Very dumb question, but I’m kinda new to Linux. Do I have to manually update that or does it just do it when I update packages and the like? I’m on Arch btw.
Arch btw
😆
What’s so funny? Like I said, I’m new to Linux.
“I use Arch BTW” is a meme in the Linux community. It reflects the perceived urge of Arch users to boast about using it.
Welcome to Linux :)
You update and then the entire system breaks (because Arch)
Great to hear you’re using ARCH (Autoregressive Conditional Heteroskedasticity) models! These are powerful tools for modeling time-varying volatility, especially in financial or econometric applications. Let me know how I can assist—are you:
- Building/estimating an ARCH model and need guidance on steps, software (e.g., Python, R, Stata), or diagnostics?
- Interpreting results (e.g., significance of parameters, volatility forecasts)?
- Troubleshooting issues like convergence errors, stationarity, or model selection (e.g., ARCH vs.

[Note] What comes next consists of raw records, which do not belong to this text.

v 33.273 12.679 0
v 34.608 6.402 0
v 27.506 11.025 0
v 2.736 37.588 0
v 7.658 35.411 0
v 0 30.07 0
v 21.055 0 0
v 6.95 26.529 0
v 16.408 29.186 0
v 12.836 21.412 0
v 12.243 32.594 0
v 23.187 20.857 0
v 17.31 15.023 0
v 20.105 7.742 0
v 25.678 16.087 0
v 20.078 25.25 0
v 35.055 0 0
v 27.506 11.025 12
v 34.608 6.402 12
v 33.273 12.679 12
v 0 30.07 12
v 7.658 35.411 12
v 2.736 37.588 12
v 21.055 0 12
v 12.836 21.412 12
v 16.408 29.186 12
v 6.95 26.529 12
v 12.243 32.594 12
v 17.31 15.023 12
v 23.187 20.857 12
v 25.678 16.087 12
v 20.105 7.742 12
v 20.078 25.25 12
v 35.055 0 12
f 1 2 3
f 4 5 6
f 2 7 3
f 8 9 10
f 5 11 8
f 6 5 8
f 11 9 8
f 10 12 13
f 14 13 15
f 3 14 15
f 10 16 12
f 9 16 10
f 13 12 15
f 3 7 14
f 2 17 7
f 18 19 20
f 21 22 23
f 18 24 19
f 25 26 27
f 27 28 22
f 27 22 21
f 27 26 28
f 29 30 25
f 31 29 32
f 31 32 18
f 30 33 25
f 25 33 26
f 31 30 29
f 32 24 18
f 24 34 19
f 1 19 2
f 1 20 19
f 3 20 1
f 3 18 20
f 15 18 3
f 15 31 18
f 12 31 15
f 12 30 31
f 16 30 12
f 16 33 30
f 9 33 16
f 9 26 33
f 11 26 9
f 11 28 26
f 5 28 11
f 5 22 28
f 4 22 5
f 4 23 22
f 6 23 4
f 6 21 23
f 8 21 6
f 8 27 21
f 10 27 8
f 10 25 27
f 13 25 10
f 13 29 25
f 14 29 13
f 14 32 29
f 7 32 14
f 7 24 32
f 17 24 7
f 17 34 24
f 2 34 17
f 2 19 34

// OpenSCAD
$fn = 32;

// ----------------------------------------------------------------------
// Arc stop: segment, 12 mm thick
// ----------------------------------------------------------------------

// --- parameters (mm) ---
profile_height = 12;      // extrusion height
profile_points = 17;      // points of the closed outline

profile = [[35.055, 0], [34.608, 6.402], [33.273, 12.679], [27.506, 11.025], [25.678, 16.087], [23.187, 20.857], [20.078, 25.25], [16.408, 29.186], [12.243, 32.594], [7.658, 35.411], [2.736, 37.588], [0, 30.07], [6.95, 26.529], [12.836, 21.412], [17.31, 15.023], [20.105, 7.742], [21.055, 0]];  // single closed polygon, 17 points, counter clockwise

// --- the one profile operation ---
linear_extrude(height = profile_height) polygon(points = profile);
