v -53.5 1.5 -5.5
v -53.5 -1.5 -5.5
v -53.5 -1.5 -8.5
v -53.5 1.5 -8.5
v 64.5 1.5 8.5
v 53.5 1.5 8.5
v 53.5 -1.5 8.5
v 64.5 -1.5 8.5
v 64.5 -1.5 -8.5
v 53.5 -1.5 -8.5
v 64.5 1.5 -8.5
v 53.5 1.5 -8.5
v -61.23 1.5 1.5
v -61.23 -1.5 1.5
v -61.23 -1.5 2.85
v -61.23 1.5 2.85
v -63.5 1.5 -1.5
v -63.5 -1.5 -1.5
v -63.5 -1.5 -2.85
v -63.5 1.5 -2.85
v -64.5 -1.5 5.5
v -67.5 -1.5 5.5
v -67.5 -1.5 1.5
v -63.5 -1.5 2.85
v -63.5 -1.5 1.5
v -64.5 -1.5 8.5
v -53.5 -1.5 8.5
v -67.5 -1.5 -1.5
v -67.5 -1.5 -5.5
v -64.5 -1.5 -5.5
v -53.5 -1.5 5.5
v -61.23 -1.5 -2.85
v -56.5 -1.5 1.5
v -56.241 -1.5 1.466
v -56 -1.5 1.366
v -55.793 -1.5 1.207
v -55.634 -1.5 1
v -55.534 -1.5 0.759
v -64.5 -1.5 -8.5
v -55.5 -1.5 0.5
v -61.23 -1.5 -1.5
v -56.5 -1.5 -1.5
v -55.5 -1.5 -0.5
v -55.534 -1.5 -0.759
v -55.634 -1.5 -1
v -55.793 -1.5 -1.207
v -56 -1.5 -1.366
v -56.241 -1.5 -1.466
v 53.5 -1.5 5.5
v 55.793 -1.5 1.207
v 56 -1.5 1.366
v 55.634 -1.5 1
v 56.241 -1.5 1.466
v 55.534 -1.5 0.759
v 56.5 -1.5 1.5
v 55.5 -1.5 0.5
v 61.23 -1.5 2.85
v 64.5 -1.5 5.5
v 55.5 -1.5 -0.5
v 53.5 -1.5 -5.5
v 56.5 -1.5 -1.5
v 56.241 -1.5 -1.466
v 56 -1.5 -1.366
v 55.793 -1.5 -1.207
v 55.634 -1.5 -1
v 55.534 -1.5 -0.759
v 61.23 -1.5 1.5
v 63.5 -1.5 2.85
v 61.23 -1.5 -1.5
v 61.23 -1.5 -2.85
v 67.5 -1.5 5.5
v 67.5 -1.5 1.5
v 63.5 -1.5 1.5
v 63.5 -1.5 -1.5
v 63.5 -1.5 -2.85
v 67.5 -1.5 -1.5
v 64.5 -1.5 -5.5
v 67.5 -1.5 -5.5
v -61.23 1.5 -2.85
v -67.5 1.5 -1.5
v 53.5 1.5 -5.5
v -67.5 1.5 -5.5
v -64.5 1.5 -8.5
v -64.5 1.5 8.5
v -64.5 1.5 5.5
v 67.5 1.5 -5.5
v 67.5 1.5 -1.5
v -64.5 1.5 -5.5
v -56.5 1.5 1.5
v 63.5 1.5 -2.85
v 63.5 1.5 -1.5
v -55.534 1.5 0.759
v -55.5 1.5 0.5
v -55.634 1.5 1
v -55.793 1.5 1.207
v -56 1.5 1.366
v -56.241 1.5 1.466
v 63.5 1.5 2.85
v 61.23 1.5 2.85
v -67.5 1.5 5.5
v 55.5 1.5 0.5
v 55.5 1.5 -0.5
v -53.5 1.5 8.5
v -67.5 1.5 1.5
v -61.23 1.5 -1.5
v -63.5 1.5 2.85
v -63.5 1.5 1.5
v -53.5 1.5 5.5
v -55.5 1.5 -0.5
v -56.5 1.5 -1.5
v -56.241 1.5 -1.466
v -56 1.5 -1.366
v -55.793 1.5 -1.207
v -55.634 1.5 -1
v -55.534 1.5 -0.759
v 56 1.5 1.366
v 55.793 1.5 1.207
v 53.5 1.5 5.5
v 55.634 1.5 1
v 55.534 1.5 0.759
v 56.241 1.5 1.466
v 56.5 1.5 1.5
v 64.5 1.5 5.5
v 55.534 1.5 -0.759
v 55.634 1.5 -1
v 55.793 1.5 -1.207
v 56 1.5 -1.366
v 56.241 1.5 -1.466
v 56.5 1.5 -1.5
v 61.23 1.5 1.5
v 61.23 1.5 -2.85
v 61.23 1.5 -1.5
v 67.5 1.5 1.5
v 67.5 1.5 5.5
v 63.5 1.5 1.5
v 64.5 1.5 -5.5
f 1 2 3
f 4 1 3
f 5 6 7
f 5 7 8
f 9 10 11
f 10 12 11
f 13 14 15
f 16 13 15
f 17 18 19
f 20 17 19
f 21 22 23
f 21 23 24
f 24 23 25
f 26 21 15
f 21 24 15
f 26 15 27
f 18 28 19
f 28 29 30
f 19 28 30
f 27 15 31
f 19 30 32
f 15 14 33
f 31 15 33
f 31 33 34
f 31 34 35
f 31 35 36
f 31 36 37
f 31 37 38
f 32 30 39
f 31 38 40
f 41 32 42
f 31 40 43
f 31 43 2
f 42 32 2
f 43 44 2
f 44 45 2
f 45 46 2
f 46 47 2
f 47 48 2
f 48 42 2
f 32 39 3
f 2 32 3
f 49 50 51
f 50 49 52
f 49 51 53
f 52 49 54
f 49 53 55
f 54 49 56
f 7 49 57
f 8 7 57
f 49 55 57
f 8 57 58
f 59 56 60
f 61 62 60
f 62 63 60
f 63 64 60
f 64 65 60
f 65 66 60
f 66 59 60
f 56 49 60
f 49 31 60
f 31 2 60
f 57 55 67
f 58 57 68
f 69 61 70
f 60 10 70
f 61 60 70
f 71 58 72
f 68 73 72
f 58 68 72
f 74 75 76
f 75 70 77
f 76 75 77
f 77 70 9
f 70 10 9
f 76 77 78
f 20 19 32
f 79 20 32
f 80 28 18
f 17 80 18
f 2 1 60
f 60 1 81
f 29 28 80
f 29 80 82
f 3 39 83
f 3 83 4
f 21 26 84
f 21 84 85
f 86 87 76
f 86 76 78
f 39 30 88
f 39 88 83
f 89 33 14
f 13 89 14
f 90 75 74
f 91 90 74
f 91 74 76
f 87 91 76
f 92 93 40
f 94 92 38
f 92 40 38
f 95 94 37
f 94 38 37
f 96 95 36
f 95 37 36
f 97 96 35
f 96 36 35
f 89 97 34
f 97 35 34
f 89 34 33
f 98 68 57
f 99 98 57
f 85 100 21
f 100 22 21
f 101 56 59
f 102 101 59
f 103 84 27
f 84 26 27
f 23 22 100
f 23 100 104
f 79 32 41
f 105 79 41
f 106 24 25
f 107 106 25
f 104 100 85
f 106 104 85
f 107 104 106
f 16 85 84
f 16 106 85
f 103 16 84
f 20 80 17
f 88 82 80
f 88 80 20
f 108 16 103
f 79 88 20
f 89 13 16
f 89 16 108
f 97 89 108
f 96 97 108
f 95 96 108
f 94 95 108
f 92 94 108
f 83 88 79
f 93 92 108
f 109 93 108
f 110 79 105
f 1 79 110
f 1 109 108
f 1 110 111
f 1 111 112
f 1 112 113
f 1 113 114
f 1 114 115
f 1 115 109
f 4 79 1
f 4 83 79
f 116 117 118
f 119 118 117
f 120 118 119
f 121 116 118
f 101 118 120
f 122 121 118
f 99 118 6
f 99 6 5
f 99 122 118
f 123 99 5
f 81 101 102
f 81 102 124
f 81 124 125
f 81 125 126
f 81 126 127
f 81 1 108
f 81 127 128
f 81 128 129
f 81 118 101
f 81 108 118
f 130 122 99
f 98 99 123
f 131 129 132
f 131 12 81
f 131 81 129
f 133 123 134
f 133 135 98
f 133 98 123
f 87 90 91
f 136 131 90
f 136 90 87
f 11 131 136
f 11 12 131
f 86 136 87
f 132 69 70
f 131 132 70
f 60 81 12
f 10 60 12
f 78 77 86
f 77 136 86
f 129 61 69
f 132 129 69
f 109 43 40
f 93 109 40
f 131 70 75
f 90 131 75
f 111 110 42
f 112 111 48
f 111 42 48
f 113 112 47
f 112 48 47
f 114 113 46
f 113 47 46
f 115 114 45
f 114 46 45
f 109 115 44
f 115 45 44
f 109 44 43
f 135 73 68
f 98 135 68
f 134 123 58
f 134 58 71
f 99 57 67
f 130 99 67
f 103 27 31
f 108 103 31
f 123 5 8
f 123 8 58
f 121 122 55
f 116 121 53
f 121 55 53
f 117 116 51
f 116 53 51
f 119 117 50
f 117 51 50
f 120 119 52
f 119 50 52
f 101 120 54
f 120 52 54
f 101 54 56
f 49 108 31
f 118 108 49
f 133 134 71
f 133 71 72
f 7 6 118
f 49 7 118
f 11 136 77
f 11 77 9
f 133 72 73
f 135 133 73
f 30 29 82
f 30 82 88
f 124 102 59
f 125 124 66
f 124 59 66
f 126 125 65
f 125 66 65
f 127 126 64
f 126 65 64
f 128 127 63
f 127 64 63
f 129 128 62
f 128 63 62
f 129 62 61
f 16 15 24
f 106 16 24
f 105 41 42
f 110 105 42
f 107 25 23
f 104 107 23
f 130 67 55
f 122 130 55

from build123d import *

# Parameters (mm, degrees)
SKETCH1_W               = 107
SKETCH1_H               = 11
BOSS_EXTRUDE1_DEPTH     = 1.5
SKETCH3_W               = 11
SKETCH3_H               = 17
BOSS_EXTRUDE2_DEPTH     = 1.5
SKETCH4_W               = 3
SKETCH4_H               = 11
BOSS_EXTRUDE3_DEPTH     = 1.5
CUT_EXTRUDE1_DEPTH      = 69.049614253
CUT_EXTRUDE1_DEPTH_BACK = 69.049614253


with BuildPart() as part:
    # Sketch1 → Boss-Extrude1 (new, symmetric)
    with BuildSketch(Plane(origin=(0, 0, 0), x_dir=(1, 0, 0), z_dir=(0, 1, 0))):
        Rectangle(SKETCH1_W, SKETCH1_H)
    extrude(amount=BOSS_EXTRUDE1_DEPTH, both=True)

    # Sketch3 → Boss-Extrude2 (add, symmetric)
    with BuildSketch(Plane(origin=(0, 0, 0), x_dir=(1, 0, 0), z_dir=(0, 1, 0))):
        with Locations((-59, 0)):
            Rectangle(SKETCH3_W, SKETCH3_H)
        with Locations((59, 0)):
            Rectangle(SKETCH3_W, SKETCH3_H)
    extrude(amount=BOSS_EXTRUDE2_DEPTH, both=True)

    # Sketch4 → Boss-Extrude3 (add, symmetric)
    with BuildSketch(Plane(origin=(0, 0, 0), x_dir=(1, 0, 0), z_dir=(0, 1, 0))):
        with Locations((-66, 0)):
            Rectangle(SKETCH4_W, SKETCH4_H)
        with Locations((66, 0)):
            Rectangle(SKETCH4_W, SKETCH4_H)
    extrude(amount=BOSS_EXTRUDE3_DEPTH, both=True)

    # Sketch2 → Cut-Extrude1 (cut, two sides)
    with BuildSketch(Plane(origin=(0, 0, 0), x_dir=(1, 0, 0), z_dir=(0, 1, 0))) as cut_extrude1_sk:
        with BuildLine():
            Line((-67.5, 1.5), (-63.5, 1.5))
            Line((-63.5, 1.5), (-63.5, 2.85))
            Line((-63.5, 2.85), (-61.23, 2.85))
            Line((-61.23, 2.85), (-61.23, 1.5))
            Line((-61.23, 1.5), (-56.5, 1.5))
            ThreePointArc((-56.5, 1.5), (-55.792893219, 1.207106781), (-55.5, 0.5))
            Line((-55.5, 0.5), (-55.5, -0.5))
            ThreePointArc((-55.5, -0.5), (-55.792893219, -1.207106781), (-56.5, -1.5))
            Line((-56.5, -1.5), (-61.23, -1.5))
            Line((-61.23, -1.5), (-61.23, -2.85))
            Line((-61.23, -2.85), (-63.5, -2.85))
            Line((-63.5, -2.85), (-63.5, -1.5))
            Line((-63.5, -1.5), (-67.5, -1.5))
            Line((-67.5, -1.5), (-67.5, 1.5))
        make_face()
        with BuildLine():
            Line((61.23, -1.5), (56.5, -1.5))
            ThreePointArc((56.5, -1.5), (55.792893219, -1.207106781), (55.5, -0.5))
            Line((55.5, -0.5), (55.5, 0.5))
            ThreePointArc((55.5, 0.5), (55.792893219, 1.207106781), (56.5, 1.5))
            Line((56.5, 1.5), (61.23, 1.5))
            Line((61.23, 1.5), (61.23, 2.85))
            Line((61.23, 2.85), (63.5, 2.85))
            Line((63.5, 2.85), (63.5, 1.5))
            Line((63.5, 1.5), (67.5, 1.5))
            Line((67.5, 1.5), (67.5, -1.5))
            Line((67.5, -1.5), (63.5, -1.5))
            Line((63.5, -1.5), (63.5, -2.85))
            Line((63.5, -2.85), (61.23, -2.85))
            Line((61.23, -2.85), (61.23, -1.5))
        make_face()
    extrude(amount=CUT_EXTRUDE1_DEPTH, mode=Mode.SUBTRACT)
    extrude(cut_extrude1_sk.sketch, amount=-CUT_EXTRUDE1_DEPTH_BACK, mode=Mode.SUBTRACT)


solid = part.part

GARCH)?
- Applying it to a specific dataset and want feedback or best practices?
Feel free to share details, and I’ll help! 📈
It does it automatically.
But make sure to read the Arch news before every update, especially when it’s a lot of packages. Something big like a new KDE Release might require minor manual intervention.I’m more of an “update first, care later” type of person
And it works great, 100% recommended to newbies
Oh and make a separate home partition, just in case
I’ve literally only read the news the 1 or 2 times there was a breaking change during an update. Blindly updating (non-AUR) has served me fine for over 10 years
Well everyone’s milage may vary. I have set up informant some time ago so I’m forced to read the news on updates. But much more importantly I’ve ignored .pacnew files for years till it bit me in the ass when a Pam config file change broke my login so now I’m not ignoring.pacnew but merging them every update.
Me who uses GNOME on Debian stable
I’ve tried really hard to like GNOME, but god damn we don’t get along. Debian 12 is solid AF though.
I am you
I don’t even know which version of GNOME I run anymore. I only notice when the GNOME devs remove some feature I used to use.
Yeah, about the same. Honestly I’m in a state that I don’t really care even. GNOME does everything that I need it to while being very invisible and out of the way and I love it
I run krohnkite and klassy, but damn is it a fine default.